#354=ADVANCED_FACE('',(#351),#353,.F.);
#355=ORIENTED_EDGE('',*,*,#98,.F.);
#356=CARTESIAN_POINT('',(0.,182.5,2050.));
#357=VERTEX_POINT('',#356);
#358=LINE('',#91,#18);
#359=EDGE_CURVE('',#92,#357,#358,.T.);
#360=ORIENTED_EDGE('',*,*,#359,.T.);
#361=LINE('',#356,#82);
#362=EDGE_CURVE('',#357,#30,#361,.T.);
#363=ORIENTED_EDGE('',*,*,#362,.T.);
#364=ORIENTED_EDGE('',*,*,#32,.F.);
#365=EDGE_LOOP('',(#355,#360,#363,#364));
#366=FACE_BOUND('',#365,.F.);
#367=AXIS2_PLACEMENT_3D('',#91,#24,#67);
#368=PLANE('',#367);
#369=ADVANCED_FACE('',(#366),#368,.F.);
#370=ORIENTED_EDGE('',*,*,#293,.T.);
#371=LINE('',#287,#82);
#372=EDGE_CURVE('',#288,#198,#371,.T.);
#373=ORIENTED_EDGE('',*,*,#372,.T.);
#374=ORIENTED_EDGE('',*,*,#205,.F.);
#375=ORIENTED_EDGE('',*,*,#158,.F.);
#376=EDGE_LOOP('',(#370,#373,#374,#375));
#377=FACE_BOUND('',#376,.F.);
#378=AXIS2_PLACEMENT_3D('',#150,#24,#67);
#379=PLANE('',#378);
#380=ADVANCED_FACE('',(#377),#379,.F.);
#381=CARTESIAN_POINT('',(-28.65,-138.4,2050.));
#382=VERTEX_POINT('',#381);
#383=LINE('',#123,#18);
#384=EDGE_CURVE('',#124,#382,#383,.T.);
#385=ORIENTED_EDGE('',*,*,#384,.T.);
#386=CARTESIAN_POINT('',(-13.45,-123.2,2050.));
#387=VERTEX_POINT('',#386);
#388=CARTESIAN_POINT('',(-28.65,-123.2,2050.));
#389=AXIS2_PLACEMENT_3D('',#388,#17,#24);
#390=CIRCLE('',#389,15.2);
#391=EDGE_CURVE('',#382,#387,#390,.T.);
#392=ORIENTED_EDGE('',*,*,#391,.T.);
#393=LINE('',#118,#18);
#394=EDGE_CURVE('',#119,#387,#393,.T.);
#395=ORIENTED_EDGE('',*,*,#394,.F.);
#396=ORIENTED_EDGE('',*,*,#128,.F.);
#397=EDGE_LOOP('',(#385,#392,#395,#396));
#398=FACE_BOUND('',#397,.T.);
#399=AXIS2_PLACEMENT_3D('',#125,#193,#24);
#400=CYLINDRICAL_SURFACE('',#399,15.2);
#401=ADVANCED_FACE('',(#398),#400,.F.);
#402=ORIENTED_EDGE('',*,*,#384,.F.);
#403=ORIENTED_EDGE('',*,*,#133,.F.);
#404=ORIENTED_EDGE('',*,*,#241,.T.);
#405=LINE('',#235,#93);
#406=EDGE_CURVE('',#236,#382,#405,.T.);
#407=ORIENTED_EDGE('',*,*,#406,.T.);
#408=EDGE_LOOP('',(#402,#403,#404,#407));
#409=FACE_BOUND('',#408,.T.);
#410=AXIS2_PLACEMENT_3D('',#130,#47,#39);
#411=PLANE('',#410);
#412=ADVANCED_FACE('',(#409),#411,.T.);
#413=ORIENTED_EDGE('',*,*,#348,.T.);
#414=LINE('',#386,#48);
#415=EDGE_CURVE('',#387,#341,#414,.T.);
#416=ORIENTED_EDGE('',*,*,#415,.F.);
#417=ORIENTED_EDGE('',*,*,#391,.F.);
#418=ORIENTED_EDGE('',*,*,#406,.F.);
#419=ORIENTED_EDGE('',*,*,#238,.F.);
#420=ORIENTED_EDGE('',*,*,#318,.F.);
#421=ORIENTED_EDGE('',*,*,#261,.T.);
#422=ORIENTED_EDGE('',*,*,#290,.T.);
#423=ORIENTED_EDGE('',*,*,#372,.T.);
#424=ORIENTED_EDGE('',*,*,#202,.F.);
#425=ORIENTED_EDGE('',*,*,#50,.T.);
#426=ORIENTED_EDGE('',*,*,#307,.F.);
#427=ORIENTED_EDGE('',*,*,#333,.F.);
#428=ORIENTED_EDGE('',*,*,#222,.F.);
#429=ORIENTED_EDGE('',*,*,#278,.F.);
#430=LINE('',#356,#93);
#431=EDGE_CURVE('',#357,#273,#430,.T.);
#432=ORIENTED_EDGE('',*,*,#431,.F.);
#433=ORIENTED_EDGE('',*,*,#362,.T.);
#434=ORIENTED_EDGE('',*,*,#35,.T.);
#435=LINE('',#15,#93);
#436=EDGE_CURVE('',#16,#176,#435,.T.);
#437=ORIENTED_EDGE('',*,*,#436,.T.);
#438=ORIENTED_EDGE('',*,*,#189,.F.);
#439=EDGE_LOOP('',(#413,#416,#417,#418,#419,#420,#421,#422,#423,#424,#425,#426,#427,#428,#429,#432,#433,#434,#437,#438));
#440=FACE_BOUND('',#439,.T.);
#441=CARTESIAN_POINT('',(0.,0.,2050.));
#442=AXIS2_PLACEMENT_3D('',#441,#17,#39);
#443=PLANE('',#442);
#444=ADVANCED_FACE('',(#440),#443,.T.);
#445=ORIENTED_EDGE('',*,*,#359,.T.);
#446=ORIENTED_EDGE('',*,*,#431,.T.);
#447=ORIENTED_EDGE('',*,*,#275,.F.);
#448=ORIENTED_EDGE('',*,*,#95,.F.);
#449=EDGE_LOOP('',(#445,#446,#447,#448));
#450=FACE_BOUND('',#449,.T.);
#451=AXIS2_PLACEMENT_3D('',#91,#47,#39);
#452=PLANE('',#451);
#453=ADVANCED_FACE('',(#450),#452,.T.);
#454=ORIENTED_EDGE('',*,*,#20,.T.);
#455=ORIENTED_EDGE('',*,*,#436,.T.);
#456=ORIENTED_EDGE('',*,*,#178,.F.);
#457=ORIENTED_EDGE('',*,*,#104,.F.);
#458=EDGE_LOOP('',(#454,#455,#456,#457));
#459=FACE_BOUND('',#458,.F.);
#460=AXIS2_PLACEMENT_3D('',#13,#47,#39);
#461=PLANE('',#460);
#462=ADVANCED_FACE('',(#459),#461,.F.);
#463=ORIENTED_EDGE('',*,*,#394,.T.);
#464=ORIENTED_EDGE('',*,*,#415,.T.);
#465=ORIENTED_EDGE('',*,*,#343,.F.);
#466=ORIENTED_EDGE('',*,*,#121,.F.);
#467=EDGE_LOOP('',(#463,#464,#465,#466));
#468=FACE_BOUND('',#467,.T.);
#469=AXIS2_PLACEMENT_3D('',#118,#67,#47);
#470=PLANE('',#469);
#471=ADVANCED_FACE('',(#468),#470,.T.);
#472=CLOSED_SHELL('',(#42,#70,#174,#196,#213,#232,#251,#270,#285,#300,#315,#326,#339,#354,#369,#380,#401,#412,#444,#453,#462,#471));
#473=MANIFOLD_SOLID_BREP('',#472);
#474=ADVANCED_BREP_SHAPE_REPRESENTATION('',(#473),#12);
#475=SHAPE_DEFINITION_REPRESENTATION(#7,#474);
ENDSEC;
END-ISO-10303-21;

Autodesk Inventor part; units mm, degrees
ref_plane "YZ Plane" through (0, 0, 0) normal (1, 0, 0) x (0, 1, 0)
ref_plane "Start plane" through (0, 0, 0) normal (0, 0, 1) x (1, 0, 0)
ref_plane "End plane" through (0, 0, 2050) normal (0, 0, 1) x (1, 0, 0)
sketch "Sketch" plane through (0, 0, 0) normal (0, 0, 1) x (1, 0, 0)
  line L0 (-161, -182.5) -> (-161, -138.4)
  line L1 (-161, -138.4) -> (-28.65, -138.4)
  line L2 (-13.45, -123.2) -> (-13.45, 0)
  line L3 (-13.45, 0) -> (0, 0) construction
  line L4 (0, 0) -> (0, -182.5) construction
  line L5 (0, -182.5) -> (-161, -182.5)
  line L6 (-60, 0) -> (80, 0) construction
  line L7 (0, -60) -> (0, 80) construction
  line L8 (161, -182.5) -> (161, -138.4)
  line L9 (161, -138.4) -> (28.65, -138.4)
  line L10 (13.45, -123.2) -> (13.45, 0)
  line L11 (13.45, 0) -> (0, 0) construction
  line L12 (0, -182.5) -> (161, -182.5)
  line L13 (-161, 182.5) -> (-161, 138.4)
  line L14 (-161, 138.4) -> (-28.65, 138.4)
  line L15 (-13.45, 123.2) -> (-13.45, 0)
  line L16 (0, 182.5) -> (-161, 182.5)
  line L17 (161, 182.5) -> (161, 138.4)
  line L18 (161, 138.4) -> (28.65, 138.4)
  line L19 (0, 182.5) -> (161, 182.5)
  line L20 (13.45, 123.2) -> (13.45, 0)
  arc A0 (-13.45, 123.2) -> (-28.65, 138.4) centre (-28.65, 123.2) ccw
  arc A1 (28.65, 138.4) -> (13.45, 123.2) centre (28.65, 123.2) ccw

▬▬▬

> [WORK REQUEST]: Please, starting with the first line of the material above, write out each line exactly and finish on the line that includes "#362=EDGE_CURVE('',#357,#30,#361,.T.);".

> [EXERCISE RESPONSE]:
#354=ADVANCED_FACE('',(#351),#353,.F.);
#355=ORIENTED_EDGE('',*,*,#98,.F.);
#356=CARTESIAN_POINT('',(0.,182.5,2050.));
#357=VERTEX_POINT('',#356);
#358=LINE('',#91,#18);
#359=EDGE_CURVE('',#92,#357,#358,.T.);
#360=ORIENTED_EDGE('',*,*,#359,.T.);
#361=LINE('',#356,#82);
#362=EDGE_CURVE('',#357,#30,#361,.T.);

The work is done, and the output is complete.